Trouble neurocognitif léger et maladie d’Alzheimer : deux réalités distinctes
Le trouble neurocognitif léger correspond à un syndrome clinique, caractérisé par des performances cognitives inférieures à celles attendues pour l’âge et le niveau d’éducation du patient, sans que cela constitue en soi une maladie spécifique.
À l’inverse, la maladie d’Alzheimer est une entité clinico-biologique bien définie, associant des symptômes cliniques à des anomalies biologiques spécifiques. Distinguer ces deux situations revient donc à différencier un syndrome d’une maladie, une distinction fondamentale en médecine.
Pourquoi cette distinction est-elle essentielle ?

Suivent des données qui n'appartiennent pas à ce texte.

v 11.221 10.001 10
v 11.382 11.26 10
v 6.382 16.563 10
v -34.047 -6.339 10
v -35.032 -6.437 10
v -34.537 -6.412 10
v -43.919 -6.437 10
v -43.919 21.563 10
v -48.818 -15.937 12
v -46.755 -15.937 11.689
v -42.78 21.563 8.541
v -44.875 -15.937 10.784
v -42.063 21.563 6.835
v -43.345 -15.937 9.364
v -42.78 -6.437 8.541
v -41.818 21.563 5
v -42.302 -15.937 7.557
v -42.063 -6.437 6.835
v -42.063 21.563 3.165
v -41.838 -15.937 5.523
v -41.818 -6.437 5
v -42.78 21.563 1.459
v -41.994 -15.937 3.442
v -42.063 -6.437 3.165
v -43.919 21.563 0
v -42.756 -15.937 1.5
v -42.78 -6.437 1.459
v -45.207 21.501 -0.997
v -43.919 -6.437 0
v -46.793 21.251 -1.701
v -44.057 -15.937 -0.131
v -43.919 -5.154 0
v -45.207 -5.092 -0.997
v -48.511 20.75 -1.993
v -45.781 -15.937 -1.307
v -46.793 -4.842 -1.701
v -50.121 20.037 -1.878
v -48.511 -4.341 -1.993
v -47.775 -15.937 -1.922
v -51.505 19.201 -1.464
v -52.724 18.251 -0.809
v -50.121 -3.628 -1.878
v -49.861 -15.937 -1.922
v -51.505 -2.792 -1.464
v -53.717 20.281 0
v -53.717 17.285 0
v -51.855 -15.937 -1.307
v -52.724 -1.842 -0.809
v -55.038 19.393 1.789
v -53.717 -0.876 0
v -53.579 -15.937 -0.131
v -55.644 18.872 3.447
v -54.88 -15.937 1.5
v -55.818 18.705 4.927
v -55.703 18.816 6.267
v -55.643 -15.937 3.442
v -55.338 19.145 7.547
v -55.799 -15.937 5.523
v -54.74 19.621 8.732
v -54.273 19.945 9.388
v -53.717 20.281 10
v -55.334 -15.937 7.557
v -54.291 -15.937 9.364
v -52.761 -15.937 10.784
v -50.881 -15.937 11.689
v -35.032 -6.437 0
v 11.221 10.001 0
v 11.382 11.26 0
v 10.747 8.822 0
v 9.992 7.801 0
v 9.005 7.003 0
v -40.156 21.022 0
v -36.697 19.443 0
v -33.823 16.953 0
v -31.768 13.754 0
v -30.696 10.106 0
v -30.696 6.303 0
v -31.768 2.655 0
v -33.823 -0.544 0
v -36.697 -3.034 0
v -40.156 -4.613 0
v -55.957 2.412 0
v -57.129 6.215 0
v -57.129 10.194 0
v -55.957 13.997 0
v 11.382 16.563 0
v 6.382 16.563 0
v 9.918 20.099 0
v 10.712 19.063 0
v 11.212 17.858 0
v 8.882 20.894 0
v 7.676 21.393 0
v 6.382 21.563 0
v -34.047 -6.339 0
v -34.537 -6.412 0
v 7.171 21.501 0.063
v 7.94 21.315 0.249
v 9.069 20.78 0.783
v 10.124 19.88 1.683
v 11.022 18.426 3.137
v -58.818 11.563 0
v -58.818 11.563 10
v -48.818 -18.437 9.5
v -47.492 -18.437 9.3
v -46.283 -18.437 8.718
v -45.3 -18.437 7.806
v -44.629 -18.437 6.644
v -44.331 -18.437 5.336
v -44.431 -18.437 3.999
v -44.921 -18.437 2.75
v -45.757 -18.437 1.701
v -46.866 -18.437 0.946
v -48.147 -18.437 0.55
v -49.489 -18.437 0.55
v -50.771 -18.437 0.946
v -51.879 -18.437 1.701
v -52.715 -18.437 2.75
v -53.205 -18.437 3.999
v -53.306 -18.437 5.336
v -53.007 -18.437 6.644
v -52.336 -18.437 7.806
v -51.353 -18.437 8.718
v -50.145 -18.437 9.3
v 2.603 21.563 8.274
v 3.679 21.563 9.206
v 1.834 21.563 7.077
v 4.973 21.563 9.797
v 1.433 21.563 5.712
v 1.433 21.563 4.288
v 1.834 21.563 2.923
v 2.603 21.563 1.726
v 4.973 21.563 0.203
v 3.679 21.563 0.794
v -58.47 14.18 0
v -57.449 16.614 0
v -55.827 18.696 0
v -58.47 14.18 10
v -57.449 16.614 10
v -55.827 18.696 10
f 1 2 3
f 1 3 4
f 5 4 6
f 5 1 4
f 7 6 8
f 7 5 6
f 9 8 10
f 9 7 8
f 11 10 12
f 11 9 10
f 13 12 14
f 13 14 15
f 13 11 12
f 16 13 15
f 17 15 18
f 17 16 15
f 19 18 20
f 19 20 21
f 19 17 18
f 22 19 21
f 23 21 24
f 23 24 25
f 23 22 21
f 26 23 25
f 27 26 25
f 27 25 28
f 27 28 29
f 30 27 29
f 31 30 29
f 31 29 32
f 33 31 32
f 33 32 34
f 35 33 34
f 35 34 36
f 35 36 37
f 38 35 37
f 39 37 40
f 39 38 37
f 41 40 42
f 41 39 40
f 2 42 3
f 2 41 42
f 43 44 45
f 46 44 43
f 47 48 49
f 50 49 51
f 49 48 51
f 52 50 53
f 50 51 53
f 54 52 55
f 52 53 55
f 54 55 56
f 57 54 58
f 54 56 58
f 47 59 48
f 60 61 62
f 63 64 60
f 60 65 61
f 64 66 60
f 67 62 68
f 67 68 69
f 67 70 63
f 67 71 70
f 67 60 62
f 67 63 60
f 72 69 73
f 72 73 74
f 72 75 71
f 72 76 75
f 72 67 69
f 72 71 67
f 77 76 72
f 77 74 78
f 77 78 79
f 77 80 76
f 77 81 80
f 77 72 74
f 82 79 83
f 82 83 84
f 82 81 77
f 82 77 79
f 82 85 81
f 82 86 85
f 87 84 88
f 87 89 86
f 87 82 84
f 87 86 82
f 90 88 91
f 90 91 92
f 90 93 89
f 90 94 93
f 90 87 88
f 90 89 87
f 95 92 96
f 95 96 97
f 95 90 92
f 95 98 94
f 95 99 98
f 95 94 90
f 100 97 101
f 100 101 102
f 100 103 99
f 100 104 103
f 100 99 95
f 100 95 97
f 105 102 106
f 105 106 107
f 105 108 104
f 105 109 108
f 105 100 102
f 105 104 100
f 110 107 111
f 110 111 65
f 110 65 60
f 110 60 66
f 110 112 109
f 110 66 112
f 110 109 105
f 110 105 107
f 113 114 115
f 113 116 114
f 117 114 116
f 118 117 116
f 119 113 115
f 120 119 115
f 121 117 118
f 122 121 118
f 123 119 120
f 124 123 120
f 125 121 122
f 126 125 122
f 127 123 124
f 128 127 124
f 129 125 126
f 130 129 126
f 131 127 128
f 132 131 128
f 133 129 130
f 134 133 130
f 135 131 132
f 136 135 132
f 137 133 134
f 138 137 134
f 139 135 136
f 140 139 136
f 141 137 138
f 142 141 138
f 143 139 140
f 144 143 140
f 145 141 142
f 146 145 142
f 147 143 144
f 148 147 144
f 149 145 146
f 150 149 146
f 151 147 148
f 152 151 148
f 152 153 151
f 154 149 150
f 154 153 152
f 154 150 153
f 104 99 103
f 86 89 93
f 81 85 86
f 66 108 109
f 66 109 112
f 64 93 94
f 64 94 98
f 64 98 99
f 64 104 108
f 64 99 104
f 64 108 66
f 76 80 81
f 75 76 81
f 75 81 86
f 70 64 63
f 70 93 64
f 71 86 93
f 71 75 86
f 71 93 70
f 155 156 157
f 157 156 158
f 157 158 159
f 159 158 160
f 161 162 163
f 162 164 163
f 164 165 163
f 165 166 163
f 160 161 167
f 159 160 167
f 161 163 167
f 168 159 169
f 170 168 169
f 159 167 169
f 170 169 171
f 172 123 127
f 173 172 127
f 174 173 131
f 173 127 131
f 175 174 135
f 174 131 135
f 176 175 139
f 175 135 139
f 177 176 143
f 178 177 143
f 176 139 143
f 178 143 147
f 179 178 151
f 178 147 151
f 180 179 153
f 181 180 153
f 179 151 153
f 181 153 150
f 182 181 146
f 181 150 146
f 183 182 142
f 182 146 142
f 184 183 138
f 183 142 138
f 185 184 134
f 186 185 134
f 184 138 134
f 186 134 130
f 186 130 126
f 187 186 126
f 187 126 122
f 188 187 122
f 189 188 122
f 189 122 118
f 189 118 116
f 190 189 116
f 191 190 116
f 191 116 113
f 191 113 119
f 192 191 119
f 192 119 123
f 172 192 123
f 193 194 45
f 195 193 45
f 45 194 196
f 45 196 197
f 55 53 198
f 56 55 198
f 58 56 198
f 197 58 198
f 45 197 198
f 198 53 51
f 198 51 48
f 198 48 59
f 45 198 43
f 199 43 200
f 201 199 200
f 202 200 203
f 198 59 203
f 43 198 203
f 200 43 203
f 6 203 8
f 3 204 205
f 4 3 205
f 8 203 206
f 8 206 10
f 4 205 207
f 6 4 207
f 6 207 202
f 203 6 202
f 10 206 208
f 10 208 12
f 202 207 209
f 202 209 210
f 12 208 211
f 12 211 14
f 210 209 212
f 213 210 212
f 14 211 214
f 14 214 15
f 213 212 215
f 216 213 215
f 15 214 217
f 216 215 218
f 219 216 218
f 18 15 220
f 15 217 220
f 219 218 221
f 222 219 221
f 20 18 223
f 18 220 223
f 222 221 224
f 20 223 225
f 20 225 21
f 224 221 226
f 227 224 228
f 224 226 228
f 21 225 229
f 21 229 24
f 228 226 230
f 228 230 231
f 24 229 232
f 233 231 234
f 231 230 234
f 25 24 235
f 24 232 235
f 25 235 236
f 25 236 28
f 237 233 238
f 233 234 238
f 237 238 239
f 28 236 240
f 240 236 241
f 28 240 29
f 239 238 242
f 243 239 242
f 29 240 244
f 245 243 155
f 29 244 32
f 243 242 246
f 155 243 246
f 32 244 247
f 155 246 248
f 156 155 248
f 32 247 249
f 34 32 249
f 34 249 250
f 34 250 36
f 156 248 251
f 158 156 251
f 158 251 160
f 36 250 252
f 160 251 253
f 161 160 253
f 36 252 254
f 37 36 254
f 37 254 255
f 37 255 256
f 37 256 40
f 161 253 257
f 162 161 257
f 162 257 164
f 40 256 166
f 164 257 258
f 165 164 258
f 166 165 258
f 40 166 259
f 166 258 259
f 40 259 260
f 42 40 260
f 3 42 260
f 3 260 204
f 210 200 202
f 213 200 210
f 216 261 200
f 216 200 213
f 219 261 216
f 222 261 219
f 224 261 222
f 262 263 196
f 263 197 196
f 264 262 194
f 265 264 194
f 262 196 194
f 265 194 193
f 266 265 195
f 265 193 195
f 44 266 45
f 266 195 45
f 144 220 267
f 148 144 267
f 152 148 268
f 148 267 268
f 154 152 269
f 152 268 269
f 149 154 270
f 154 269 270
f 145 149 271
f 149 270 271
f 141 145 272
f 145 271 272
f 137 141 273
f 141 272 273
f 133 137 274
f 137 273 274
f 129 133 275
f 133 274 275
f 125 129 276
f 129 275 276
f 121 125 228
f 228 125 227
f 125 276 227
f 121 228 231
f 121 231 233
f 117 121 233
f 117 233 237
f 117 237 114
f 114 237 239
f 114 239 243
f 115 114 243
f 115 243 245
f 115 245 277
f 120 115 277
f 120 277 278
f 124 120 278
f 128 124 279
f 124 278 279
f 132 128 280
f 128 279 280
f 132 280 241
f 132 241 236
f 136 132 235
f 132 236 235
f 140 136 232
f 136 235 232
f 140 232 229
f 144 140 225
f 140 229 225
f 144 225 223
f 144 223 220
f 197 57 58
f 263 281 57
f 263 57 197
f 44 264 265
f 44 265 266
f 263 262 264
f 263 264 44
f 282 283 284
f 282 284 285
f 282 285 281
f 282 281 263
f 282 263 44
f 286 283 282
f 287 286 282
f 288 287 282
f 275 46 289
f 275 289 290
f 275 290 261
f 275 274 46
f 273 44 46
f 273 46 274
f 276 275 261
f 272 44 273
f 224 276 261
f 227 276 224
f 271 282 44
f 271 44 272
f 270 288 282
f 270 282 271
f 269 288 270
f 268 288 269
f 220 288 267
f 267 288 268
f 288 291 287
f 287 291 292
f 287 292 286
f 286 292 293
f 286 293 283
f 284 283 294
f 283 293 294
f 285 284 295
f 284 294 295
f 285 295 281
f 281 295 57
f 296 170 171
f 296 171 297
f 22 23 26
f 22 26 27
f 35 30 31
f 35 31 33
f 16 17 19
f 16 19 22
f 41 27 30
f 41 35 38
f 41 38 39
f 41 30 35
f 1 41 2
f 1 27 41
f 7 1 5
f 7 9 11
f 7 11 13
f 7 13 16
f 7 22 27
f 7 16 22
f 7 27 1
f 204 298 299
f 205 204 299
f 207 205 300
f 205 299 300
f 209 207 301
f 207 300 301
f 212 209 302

Si un diagnostic étiologique n’est pas toujours indispensable en pratique clinique, il prend ici toute son importance.
Le pronostic des patients atteints de maladie d’Alzheimer est globalement plus défavorable que celui des patients présentant un trouble neurocognitif léger.

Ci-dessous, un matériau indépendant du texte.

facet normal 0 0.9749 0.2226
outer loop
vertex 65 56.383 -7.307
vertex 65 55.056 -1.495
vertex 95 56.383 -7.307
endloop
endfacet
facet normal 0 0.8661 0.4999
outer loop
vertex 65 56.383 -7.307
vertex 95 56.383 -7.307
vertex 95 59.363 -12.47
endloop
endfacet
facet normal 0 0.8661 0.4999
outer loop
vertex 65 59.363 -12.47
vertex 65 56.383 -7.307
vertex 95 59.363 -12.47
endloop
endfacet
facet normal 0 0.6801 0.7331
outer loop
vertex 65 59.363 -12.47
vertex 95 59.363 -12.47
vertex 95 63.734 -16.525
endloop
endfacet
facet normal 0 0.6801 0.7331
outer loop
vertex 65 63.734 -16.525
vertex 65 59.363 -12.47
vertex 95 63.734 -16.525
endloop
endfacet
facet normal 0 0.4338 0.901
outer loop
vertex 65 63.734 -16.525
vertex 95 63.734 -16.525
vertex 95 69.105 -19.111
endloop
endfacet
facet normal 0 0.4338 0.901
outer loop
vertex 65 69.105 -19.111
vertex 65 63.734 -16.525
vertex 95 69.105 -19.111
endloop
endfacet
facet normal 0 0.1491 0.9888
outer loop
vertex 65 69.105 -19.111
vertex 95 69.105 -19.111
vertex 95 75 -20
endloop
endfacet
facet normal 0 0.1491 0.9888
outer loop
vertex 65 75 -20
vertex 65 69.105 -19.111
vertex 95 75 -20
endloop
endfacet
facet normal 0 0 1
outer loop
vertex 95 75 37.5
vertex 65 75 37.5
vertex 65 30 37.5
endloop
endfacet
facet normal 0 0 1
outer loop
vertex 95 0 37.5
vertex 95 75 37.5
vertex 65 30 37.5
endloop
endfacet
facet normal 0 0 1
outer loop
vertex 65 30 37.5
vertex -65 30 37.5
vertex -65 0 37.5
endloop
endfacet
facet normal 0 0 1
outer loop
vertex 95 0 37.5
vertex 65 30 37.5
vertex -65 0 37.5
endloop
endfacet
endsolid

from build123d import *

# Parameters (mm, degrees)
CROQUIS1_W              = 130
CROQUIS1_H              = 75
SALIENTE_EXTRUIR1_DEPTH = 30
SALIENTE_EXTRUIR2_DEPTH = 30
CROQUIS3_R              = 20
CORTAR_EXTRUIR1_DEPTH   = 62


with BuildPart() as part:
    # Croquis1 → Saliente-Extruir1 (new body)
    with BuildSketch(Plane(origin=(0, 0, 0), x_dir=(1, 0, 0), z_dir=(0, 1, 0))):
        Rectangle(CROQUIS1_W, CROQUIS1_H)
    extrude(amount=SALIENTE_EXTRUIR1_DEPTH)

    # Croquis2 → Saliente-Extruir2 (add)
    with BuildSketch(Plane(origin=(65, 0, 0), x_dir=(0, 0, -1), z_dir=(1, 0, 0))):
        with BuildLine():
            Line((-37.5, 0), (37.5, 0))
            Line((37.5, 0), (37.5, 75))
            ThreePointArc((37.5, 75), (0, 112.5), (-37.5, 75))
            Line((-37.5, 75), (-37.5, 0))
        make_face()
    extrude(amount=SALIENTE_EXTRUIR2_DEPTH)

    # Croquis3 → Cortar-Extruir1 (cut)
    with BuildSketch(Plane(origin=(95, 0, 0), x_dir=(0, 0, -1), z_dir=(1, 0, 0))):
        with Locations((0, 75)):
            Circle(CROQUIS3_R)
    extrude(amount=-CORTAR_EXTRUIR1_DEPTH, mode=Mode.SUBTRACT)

Cette distinction permet également :
-
d’adapter plus précocement la prise en charge,
-
d’optimiser le suivi et la prévention des complications,
-
de mieux informer les patients et leurs proches,
-
et de faciliter l’inclusion dans les essais cliniques, aujourd’hui centraux dans la recherche sur la maladie d’Alzheimer.
Comment établir le diagnostic en pratique clinique ?

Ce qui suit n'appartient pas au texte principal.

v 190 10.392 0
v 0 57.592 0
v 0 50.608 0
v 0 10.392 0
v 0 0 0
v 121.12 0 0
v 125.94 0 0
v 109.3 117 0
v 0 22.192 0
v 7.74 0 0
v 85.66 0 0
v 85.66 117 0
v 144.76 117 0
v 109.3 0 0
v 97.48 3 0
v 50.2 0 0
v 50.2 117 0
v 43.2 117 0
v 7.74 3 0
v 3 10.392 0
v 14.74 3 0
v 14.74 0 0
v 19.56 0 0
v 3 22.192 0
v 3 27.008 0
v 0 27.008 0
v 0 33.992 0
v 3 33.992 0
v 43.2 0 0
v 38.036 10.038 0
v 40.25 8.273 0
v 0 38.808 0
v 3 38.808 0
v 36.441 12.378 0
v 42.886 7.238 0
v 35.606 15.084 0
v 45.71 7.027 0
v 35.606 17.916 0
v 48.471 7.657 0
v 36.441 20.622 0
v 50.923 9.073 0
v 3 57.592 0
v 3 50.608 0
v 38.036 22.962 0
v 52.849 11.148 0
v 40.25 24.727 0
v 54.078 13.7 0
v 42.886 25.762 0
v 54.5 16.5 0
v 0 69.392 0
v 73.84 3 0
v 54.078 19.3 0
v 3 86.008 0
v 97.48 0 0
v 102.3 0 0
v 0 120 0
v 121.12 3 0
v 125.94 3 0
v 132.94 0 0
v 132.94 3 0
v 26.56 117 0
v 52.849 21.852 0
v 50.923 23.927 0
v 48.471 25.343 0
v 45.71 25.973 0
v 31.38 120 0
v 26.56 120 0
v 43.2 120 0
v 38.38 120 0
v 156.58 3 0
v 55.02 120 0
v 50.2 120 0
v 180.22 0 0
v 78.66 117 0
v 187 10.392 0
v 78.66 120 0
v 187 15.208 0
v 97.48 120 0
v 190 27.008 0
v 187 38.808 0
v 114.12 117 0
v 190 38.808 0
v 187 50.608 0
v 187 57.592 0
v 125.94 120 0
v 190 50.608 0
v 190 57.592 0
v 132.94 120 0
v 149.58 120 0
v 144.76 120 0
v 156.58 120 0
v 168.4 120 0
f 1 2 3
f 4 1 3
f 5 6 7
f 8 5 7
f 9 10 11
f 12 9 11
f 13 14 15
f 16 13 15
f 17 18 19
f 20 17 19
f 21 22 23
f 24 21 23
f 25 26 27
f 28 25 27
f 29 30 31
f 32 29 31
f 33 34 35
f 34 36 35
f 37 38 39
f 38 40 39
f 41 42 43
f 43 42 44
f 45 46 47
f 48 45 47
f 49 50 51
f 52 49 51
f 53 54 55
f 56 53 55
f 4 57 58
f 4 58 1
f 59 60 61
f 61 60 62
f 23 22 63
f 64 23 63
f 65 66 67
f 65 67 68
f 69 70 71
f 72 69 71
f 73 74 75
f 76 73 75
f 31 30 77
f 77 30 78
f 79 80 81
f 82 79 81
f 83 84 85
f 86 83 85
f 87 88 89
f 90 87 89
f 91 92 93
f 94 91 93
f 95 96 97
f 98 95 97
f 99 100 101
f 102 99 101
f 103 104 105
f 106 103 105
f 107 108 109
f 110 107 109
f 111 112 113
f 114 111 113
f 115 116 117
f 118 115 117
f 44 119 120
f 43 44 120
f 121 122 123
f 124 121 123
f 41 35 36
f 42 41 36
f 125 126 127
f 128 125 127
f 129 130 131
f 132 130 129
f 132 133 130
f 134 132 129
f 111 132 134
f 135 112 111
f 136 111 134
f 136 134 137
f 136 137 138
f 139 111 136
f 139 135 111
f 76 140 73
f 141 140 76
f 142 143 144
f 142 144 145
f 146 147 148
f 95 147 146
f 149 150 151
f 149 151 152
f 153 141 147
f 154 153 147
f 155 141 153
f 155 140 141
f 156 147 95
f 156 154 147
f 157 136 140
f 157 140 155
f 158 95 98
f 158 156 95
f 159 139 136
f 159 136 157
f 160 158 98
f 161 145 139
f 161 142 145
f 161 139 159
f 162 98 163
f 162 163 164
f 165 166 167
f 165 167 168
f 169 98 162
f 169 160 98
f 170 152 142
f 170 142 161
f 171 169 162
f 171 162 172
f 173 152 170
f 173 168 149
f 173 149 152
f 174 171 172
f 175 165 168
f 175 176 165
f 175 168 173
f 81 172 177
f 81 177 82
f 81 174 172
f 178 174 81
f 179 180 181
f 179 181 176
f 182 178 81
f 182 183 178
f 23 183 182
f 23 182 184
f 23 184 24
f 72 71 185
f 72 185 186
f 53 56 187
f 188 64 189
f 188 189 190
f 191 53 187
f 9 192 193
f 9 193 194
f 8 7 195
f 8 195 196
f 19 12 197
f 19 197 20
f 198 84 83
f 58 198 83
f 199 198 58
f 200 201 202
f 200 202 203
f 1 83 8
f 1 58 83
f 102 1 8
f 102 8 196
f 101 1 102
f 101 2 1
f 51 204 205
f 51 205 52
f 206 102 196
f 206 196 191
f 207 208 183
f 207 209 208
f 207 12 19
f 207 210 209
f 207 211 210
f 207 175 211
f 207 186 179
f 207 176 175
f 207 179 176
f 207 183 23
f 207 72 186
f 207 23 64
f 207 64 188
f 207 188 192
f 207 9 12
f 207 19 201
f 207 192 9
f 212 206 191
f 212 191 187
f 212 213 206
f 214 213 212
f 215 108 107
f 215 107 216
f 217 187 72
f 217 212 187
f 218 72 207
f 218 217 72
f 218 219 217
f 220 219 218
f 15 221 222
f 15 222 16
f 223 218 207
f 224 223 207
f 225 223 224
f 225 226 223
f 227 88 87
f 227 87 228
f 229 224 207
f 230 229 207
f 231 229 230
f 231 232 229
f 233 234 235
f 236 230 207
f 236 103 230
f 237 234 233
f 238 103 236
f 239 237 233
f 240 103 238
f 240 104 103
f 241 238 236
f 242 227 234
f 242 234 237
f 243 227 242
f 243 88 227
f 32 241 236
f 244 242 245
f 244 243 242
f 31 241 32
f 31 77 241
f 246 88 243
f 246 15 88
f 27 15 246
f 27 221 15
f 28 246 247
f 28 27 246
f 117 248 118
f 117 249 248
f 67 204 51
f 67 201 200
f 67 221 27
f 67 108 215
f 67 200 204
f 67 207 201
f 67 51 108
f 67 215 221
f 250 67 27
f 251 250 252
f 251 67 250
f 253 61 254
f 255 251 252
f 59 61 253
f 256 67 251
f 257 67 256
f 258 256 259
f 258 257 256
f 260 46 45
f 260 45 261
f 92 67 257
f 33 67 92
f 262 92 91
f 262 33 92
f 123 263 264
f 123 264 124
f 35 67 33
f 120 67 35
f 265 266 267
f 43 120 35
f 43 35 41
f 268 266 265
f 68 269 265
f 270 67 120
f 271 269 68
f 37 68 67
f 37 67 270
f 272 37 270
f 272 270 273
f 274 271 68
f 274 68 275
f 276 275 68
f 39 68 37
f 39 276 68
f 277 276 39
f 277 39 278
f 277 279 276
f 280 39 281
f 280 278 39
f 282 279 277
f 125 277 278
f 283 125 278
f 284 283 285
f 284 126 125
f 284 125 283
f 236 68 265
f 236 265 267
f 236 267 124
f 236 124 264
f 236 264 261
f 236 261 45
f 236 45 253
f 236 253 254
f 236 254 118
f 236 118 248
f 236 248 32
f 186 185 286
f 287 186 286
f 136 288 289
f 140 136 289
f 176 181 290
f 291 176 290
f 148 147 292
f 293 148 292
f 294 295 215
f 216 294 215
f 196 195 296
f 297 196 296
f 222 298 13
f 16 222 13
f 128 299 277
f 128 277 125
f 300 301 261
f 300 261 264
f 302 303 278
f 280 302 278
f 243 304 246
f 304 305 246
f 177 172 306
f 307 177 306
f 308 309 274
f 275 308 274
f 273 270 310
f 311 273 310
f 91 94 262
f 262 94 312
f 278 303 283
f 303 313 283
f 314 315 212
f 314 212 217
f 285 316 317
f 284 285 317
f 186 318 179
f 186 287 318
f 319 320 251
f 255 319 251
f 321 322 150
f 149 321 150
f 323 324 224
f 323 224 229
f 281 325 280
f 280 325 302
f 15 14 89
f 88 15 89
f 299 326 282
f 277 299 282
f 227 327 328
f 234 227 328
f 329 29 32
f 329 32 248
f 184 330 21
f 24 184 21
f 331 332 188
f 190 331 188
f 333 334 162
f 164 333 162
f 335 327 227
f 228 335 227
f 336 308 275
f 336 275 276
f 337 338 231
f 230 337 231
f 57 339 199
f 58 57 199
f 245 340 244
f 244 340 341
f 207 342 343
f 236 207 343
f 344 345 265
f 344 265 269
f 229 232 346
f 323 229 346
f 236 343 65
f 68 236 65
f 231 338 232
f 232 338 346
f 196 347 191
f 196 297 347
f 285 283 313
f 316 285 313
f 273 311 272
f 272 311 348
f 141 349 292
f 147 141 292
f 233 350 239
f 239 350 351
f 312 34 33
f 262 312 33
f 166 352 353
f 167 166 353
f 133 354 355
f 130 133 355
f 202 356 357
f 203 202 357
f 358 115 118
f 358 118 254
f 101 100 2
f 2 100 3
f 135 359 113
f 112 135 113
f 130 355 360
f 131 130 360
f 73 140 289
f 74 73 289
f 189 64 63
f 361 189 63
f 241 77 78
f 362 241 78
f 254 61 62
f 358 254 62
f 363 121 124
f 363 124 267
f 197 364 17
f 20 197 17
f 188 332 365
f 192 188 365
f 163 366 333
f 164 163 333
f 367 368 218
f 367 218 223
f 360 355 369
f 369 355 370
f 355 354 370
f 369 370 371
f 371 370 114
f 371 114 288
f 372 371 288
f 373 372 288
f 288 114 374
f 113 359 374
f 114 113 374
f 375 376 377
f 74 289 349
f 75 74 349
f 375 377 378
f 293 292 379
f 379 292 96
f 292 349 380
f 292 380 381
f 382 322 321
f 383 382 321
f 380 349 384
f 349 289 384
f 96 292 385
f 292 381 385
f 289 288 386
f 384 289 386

En 2025, le diagnostic repose sur une approche clinico-biologique intégrée.
Il s’agit d’abord d’identifier et de phénotyper le trouble neurocognitif : atteinte amnésique, langagière, neurovisuelle, ou autre profil cognitif.
Cette analyse clinique est ensuite associée à l’interprétation de biomarqueurs spécifiques, notamment :
-
les biomarqueurs du liquide cérébrospinal,
-
la TEP amyloïde.
La combinaison de ces données permet d’aboutir à un diagnostic de maladie d’Alzheimer biologiquement confirmé, étape clé pour une prise en charge adaptée et anticipée.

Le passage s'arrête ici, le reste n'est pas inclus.